A Carate Brianza, i Carabinieri della locale Stazione hanno denunciato in stato di libertà tre minori, un quindicenne e due quattordicenni, ritenuti responsabili in concorso di tentata rapina aggravata. Uno di essi è stato inoltre segnalato per porto abusivo di armi od oggetti atti ad offendere.
Il fermo
L’attività trae origine da una richiesta di intervento pervenuta al Numero Unico di Emergenza 112 da parte della vittima, a seguito della quale i militari hanno immediatamente avviato le ricerche sul territorio finalizzate all’individuazione dei presunti responsabili.
Secondo quanto ricostruito, in Piazza Risorgimento, i tre giovani, uno dei quali con il volto parzialmente coperto da un passamontagna, si sarebbero avvicinati alla donna – la quale si trovava in compagnia delle due figlie minori e di due amiche delle stesse – intimandole sotto minaccia la consegna dei beni in suo possesso.

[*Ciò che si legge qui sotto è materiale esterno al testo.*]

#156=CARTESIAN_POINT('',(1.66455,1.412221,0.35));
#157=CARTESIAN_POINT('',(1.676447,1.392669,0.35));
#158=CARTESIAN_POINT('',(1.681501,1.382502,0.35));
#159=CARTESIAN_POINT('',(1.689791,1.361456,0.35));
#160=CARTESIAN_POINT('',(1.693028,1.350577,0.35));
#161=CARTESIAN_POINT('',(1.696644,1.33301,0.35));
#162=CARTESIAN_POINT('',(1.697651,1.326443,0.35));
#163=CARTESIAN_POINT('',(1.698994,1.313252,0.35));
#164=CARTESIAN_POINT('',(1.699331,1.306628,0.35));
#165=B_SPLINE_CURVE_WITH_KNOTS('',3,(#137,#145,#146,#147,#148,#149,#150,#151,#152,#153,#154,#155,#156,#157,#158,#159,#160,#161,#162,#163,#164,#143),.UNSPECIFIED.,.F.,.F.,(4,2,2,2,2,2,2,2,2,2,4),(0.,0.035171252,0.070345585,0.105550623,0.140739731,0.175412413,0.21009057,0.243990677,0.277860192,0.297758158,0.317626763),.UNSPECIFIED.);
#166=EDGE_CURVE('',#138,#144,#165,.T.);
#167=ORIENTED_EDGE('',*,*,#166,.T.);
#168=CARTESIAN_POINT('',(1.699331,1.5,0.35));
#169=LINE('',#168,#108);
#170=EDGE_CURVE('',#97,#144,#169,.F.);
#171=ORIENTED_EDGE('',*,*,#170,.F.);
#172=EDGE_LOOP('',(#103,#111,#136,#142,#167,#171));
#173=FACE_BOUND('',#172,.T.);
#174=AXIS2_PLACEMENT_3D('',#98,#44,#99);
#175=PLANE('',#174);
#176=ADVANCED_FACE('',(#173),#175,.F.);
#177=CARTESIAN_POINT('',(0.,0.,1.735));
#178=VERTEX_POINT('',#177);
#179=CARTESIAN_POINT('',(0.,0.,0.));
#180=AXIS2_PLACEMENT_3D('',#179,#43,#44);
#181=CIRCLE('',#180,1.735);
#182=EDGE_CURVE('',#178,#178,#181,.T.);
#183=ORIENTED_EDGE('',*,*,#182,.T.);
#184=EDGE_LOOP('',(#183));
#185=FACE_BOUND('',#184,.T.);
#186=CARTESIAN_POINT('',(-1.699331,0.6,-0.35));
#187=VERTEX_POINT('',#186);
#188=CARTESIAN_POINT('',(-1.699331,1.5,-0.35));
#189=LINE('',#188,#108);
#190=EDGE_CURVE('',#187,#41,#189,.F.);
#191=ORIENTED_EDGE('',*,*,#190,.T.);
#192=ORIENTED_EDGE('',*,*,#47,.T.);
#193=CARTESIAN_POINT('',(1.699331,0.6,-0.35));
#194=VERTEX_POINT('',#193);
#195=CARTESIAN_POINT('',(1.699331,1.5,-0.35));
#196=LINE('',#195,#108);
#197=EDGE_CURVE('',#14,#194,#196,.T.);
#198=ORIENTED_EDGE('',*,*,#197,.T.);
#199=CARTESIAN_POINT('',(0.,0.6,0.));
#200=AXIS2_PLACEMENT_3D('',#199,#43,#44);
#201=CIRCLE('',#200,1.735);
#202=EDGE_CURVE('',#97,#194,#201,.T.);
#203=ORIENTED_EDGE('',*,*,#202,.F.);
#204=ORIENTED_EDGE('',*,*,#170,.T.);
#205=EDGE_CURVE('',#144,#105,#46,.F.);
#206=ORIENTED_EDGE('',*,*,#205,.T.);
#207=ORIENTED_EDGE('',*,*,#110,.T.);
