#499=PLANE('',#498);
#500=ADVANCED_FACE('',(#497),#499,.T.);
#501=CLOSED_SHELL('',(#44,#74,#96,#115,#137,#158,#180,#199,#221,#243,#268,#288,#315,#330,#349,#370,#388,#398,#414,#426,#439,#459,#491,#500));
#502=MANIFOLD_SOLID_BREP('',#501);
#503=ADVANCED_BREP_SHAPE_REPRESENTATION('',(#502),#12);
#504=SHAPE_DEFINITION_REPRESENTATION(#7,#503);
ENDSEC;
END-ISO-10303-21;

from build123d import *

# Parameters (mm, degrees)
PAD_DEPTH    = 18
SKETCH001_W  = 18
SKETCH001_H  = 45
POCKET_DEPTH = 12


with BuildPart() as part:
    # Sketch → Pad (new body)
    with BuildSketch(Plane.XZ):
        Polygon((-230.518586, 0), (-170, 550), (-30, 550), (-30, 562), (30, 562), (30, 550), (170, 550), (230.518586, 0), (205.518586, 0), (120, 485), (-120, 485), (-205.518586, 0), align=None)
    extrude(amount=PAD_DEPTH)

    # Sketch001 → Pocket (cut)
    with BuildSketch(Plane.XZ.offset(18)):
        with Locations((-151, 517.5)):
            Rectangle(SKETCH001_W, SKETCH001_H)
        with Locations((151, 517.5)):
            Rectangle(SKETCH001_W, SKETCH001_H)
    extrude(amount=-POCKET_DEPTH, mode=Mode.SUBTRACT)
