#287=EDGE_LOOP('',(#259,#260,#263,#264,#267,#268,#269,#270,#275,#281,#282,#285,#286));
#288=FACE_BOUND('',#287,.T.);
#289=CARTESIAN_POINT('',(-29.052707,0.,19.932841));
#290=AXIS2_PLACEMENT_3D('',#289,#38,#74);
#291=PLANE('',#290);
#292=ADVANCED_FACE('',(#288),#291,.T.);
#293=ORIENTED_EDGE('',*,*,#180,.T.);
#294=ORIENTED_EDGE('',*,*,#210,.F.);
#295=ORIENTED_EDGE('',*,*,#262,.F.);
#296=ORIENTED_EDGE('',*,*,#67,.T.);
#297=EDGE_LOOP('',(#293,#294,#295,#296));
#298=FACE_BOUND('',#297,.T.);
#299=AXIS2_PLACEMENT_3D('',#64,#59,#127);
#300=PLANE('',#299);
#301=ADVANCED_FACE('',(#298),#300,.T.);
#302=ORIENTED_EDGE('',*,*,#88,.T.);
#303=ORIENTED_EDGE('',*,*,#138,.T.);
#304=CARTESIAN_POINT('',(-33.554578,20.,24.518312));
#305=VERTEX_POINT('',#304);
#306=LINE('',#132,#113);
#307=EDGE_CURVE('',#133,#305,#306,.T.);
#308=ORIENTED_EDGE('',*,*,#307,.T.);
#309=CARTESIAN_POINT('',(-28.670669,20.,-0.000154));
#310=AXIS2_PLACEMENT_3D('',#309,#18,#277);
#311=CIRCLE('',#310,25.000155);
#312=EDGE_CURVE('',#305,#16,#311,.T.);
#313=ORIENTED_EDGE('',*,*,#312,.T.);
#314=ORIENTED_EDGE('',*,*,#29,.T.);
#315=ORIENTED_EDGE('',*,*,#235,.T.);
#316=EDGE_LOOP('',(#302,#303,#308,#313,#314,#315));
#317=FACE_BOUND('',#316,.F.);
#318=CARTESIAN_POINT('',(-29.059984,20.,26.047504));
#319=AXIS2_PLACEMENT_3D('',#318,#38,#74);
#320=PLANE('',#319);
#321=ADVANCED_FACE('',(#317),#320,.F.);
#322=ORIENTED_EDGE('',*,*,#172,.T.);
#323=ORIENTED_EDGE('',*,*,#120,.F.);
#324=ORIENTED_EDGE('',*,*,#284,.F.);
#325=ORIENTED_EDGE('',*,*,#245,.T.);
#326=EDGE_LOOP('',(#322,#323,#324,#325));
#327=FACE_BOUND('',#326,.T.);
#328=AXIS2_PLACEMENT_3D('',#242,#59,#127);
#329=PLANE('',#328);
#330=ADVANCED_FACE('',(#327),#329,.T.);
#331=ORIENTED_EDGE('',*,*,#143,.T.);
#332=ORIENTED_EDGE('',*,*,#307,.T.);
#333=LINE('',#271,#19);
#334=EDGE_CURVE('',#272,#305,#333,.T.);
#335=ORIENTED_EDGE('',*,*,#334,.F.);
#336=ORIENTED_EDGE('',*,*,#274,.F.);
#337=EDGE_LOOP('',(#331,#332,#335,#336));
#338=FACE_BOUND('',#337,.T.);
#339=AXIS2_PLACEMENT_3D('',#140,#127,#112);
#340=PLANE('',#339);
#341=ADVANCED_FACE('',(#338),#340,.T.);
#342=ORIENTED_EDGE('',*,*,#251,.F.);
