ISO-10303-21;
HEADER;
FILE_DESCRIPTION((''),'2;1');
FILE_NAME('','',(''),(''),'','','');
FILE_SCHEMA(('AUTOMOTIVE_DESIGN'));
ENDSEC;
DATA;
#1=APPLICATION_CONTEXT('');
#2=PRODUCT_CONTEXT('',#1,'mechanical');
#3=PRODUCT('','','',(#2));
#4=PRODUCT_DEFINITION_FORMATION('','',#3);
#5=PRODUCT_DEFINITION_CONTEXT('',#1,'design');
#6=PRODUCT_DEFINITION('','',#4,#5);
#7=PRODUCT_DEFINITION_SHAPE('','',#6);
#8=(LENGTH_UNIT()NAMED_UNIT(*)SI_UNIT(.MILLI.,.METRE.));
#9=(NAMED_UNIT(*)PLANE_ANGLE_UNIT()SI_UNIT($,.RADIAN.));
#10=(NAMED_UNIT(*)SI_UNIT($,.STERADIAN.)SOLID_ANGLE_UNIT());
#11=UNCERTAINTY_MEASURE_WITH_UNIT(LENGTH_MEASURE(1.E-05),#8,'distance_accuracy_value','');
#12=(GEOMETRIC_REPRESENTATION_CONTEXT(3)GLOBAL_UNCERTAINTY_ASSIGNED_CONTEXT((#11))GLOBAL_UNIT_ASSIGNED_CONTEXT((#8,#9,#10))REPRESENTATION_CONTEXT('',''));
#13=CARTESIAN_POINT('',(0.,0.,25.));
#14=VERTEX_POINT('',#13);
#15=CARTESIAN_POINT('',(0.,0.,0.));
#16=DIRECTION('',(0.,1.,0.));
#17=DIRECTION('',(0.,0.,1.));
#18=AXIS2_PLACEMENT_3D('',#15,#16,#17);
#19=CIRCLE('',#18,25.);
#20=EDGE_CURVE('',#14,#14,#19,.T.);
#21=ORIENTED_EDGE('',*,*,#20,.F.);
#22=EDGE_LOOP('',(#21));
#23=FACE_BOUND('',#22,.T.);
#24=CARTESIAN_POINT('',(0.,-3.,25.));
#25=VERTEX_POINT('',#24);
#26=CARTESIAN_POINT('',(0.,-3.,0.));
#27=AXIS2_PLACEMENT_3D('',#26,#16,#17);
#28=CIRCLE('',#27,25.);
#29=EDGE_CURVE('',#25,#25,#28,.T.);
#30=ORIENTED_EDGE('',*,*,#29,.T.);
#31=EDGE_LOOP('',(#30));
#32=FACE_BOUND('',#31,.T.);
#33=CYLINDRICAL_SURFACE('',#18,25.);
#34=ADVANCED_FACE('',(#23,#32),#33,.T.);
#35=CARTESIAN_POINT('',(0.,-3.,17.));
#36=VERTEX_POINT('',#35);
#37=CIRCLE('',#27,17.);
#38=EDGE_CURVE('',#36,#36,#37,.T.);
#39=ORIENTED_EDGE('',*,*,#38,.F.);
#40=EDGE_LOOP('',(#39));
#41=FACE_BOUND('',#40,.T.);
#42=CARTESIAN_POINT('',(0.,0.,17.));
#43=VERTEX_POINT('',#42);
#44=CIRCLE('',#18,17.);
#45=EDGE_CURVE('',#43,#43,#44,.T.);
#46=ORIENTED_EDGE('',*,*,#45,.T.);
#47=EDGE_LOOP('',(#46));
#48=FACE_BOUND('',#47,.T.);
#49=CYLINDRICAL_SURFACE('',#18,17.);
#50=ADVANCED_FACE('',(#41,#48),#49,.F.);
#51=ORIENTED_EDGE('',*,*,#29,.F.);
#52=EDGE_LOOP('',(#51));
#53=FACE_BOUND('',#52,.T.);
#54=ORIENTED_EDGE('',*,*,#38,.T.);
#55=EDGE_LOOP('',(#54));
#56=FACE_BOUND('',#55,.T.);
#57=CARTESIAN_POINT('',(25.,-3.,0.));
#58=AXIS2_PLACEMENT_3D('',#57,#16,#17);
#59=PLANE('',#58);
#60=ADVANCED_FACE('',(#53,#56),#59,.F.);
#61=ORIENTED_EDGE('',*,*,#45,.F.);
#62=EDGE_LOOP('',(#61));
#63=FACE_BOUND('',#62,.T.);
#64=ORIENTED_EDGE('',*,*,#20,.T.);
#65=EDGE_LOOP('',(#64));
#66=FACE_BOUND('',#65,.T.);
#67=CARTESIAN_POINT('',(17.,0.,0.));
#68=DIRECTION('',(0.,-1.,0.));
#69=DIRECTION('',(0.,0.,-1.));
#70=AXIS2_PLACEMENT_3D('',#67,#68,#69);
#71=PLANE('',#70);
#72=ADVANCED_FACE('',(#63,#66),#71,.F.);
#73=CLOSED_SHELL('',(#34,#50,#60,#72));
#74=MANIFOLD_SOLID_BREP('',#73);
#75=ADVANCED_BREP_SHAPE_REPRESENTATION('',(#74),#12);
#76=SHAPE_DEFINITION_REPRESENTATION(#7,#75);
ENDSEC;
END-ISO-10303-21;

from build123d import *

# Parameters (mm, degrees)
SZKIC1_W = 8
SZKIC1_H = 3


with BuildPart() as part:
    # Szkic1 → Obrót1 (revolve)
    with BuildSketch(Plane.XY, mode=Mode.PRIVATE) as obr_t1_sk:
        with Locations((21, -1.5)):
            Rectangle(SZKIC1_W, SZKIC1_H)
    revolve(obr_t1_sk.sketch.rotate(Axis((0, 0, 0), (0, -1, 0)), 90), axis=Axis((0, 0, 0), (0, -1, 0)))


solid = part.part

A fronte del fermo rifiuto opposto dalla cittadina, che si è allontanata per mettere in sicurezza le minori e allertare l’Arma, i tre avrebbero desistito, allontanandosi a piedi.
Le rapide attività di controllo del territorio hanno consentito alla pattuglia di rintracciare e bloccare i tre minori nelle vie limitrofe. La successiva perquisizione personale ha permesso di rinvenire e sequestrare un passamontagna e un coltello a serramanico della lunghezza complessiva di 15 centimetri, trovati nella disponibilità di uno dei fermati.
Dell’esito delle attività è stata informata la Procura della Repubblica presso il Tribunale per i Minorenni per le valutazioni di competenza. Al termine delle formalità di rito, i giovani sono stati riaffidati ai rispettivi genitori.